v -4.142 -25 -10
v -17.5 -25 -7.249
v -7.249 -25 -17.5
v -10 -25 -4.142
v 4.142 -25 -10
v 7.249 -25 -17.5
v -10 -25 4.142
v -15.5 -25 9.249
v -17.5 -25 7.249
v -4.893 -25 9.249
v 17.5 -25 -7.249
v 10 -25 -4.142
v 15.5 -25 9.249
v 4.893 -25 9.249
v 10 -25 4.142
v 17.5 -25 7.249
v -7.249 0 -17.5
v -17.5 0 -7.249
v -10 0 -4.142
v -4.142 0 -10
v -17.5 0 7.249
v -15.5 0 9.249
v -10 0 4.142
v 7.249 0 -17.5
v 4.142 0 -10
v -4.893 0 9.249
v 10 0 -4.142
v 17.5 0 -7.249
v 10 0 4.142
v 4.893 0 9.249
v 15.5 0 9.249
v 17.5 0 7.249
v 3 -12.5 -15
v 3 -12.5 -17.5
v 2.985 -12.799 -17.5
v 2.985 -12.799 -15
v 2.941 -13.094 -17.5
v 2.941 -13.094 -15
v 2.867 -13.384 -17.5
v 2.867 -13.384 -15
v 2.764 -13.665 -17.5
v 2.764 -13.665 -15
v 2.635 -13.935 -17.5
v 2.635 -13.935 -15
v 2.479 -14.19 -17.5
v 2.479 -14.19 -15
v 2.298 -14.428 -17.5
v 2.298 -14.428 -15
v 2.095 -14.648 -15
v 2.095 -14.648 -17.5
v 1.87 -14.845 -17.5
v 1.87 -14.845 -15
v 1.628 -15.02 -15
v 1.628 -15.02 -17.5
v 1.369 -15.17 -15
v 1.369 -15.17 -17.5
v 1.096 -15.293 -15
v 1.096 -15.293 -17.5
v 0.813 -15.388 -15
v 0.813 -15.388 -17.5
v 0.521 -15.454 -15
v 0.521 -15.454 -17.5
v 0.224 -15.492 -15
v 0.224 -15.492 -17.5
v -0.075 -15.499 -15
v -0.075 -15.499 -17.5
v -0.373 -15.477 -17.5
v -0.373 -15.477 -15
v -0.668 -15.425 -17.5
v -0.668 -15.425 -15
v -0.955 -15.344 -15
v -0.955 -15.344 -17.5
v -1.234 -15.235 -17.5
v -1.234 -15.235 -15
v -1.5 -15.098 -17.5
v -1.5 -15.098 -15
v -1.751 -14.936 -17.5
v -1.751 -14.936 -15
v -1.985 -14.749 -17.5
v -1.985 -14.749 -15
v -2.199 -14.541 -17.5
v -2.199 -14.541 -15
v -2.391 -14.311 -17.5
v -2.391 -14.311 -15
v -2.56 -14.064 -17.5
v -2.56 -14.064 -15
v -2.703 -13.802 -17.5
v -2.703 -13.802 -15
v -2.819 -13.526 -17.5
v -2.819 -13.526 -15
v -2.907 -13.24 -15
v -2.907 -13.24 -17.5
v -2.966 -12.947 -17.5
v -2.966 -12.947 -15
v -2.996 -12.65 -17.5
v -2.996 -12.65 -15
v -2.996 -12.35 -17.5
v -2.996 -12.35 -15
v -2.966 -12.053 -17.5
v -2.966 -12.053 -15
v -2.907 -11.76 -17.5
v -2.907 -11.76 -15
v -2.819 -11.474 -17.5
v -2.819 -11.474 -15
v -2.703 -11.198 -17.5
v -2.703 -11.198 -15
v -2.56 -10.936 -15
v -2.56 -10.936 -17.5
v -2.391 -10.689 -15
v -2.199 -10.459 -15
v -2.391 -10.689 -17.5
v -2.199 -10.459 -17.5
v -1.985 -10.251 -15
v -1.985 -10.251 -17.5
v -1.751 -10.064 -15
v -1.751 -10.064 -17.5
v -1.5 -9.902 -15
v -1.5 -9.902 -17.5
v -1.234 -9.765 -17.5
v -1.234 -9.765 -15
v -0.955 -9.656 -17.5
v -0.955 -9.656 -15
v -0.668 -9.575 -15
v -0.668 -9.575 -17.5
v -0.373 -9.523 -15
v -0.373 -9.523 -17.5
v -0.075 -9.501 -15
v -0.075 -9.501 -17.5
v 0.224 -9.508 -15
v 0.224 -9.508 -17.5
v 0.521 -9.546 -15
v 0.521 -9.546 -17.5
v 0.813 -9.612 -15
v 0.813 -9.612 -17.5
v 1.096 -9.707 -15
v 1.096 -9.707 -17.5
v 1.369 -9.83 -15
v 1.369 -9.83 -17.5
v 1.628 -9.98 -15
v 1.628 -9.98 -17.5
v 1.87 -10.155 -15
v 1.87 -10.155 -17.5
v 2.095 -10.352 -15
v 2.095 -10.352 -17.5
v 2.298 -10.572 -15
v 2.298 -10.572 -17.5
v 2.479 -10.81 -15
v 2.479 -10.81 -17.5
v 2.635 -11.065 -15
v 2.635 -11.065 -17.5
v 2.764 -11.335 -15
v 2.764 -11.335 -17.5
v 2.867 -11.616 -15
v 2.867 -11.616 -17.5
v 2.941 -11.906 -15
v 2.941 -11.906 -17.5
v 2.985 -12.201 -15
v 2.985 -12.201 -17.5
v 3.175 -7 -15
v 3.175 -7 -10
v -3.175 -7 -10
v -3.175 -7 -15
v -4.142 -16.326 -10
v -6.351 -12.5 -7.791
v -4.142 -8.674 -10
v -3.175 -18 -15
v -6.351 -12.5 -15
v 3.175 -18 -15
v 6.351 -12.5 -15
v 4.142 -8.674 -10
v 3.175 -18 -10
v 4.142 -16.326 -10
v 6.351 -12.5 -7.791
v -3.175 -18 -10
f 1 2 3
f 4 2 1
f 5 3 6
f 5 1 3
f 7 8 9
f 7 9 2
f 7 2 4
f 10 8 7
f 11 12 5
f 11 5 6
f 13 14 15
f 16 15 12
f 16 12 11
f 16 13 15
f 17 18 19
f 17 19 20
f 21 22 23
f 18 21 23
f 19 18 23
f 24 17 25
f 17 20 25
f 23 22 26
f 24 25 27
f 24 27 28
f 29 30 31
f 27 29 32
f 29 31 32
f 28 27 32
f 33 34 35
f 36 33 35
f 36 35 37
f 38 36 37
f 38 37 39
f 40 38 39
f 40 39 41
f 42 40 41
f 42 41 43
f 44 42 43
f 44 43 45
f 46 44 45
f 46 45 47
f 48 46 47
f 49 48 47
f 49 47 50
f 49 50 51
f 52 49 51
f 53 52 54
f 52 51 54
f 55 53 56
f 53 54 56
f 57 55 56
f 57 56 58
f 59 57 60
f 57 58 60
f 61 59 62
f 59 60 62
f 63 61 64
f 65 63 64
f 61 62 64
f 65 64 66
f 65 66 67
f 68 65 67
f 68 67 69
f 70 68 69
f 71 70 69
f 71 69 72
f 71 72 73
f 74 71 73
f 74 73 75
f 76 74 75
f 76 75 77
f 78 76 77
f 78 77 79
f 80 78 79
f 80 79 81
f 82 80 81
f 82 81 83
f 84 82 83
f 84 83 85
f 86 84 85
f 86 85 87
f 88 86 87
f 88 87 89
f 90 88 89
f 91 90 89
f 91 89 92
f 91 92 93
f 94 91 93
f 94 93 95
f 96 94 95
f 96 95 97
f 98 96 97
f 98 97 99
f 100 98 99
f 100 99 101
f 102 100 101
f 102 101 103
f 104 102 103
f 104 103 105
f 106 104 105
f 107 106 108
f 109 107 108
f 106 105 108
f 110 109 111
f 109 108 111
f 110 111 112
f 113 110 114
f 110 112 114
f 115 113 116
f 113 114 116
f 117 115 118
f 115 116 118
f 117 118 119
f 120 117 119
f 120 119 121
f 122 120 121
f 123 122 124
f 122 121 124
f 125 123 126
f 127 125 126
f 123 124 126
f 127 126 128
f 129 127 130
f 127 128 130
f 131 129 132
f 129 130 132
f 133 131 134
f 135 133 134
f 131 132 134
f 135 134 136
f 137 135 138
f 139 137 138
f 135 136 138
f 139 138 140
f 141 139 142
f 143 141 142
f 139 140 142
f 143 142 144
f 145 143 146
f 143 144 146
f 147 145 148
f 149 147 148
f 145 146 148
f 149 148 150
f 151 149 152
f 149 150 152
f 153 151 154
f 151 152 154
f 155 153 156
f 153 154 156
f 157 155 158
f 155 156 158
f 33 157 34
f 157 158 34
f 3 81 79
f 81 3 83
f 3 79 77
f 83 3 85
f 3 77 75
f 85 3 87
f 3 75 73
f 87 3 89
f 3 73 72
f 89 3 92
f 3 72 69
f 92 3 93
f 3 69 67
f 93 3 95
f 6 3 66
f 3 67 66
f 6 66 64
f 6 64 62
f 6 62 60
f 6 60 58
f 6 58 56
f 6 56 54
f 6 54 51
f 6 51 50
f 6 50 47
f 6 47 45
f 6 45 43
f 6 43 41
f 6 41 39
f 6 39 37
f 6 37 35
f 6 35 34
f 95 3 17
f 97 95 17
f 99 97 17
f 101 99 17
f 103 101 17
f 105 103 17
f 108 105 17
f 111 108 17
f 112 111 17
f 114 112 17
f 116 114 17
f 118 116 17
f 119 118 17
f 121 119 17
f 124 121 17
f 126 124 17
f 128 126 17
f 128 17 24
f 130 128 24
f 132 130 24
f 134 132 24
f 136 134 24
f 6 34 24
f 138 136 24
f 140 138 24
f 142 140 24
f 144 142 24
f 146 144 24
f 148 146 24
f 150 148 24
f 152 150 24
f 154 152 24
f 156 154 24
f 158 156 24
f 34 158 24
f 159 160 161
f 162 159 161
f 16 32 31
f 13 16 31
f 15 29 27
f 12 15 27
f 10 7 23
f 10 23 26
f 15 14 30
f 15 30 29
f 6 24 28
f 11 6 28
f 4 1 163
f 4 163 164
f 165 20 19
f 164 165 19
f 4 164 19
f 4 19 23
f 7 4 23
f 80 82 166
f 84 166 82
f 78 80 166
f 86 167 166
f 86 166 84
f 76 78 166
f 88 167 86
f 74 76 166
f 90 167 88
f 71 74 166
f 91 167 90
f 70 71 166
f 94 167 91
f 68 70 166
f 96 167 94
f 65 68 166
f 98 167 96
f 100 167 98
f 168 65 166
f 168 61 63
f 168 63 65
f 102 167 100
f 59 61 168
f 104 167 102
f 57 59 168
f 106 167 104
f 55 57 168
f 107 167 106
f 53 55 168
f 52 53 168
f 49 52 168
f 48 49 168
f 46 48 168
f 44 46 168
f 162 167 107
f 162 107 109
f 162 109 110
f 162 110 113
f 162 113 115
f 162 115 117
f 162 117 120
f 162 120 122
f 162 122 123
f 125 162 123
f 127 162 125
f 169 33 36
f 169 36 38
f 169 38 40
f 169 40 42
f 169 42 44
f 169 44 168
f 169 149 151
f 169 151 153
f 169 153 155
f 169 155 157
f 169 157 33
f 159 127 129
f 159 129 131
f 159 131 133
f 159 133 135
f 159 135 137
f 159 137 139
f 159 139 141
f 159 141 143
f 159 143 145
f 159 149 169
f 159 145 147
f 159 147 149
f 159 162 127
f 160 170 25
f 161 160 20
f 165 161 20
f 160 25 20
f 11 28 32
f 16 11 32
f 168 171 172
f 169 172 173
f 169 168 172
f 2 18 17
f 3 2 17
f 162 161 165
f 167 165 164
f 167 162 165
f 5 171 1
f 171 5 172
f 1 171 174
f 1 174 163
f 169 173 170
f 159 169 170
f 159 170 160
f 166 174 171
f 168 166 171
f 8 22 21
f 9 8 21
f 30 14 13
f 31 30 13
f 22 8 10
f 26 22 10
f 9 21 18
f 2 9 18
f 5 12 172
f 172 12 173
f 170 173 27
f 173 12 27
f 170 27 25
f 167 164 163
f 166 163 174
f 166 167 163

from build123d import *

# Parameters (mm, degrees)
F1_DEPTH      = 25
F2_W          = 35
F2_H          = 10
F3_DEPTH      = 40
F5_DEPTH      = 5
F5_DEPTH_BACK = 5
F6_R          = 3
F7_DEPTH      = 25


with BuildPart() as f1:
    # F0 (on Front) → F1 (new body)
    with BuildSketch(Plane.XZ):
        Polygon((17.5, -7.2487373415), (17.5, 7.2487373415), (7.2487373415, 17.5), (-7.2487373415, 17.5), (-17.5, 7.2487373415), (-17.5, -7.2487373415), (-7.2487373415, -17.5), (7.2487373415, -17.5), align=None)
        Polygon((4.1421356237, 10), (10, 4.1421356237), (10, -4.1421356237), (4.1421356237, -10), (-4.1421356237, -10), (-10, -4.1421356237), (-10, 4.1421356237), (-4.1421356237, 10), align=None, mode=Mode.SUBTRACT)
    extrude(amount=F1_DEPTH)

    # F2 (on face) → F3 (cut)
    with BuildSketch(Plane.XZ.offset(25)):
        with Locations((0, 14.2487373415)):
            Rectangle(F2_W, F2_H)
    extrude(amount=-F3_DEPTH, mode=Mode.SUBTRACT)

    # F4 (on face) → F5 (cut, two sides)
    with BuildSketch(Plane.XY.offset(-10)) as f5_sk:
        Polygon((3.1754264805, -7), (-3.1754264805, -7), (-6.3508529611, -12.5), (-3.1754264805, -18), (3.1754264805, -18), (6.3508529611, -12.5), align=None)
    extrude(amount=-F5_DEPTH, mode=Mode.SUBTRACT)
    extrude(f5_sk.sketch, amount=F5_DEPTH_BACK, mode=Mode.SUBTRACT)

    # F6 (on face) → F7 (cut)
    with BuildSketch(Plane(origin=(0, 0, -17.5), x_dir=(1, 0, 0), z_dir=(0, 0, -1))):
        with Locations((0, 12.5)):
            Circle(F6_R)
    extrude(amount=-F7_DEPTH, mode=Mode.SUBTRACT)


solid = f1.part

- Exercise aim -
Output the first line of the entries above and every line after it, exactly as written, ending with the line that contains "v -2.907 -13.24 -17.5".

- Written answer -
v -4.142 -25 -10
v -17.5 -25 -7.249
v -7.249 -25 -17.5
v -10 -25 -4.142
v 4.142 -25 -10
v 7.249 -25 -17.5
v -10 -25 4.142
v -15.5 -25 9.249
v -17.5 -25 7.249
v -4.893 -25 9.249
v 17.5 -25 -7.249
v 10 -25 -4.142
v 15.5 -25 9.249
v 4.893 -25 9.249
v 10 -25 4.142
v 17.5 -25 7.249
v -7.249 0 -17.5
v -17.5 0 -7.249
v -10 0 -4.142
v -4.142 0 -10
v -17.5 0 7.249
v -15.5 0 9.249
v -10 0 4.142
v 7.249 0 -17.5
v 4.142 0 -10
v -4.893 0 9.249
v 10 0 -4.142
v 17.5 0 -7.249
v 10 0 4.142
v 4.893 0 9.249
v 15.5 0 9.249
v 17.5 0 7.249
v 3 -12.5 -15
v 3 -12.5 -17.5
v 2.985 -12.799 -17.5
v 2.985 -12.799 -15
v 2.941 -13.094 -17.5
v 2.941 -13.094 -15
v 2.867 -13.384 -17.5
v 2.867 -13.384 -15
v 2.764 -13.665 -17.5
v 2.764 -13.665 -15
v 2.635 -13.935 -17.5
v 2.635 -13.935 -15
v 2.479 -14.19 -17.5
v 2.479 -14.19 -15
v 2.298 -14.428 -17.5
v 2.298 -14.428 -15
v 2.095 -14.648 -15
v 2.095 -14.648 -17.5
v 1.87 -14.845 -17.5
v 1.87 -14.845 -15
v 1.628 -15.02 -15
v 1.628 -15.02 -17.5
v 1.369 -15.17 -15
v 1.369 -15.17 -17.5
v 1.096 -15.293 -15
v 1.096 -15.293 -17.5
v 0.813 -15.388 -15
v 0.813 -15.388 -17.5
v 0.521 -15.454 -15
v 0.521 -15.454 -17.5
v 0.224 -15.492 -15
v 0.224 -15.492 -17.5
v -0.075 -15.499 -15
v -0.075 -15.499 -17.5
v -0.373 -15.477 -17.5
v -0.373 -15.477 -15
v -0.668 -15.425 -17.5
v -0.668 -15.425 -15
v -0.955 -15.344 -15
v -0.955 -15.344 -17.5
v -1.234 -15.235 -17.5
v -1.234 -15.235 -15
v -1.5 -15.098 -17.5
v -1.5 -15.098 -15
v -1.751 -14.936 -17.5
v -1.751 -14.936 -15
v -1.985 -14.749 -17.5
v -1.985 -14.749 -15
v -2.199 -14.541 -17.5
v -2.199 -14.541 -15
v -2.391 -14.311 -17.5
v -2.391 -14.311 -15
v -2.56 -14.064 -17.5
v -2.56 -14.064 -15
v -2.703 -13.802 -17.5
v -2.703 -13.802 -15
v -2.819 -13.526 -17.5
v -2.819 -13.526 -15
v -2.907 -13.24 -15
v -2.907 -13.24 -17.5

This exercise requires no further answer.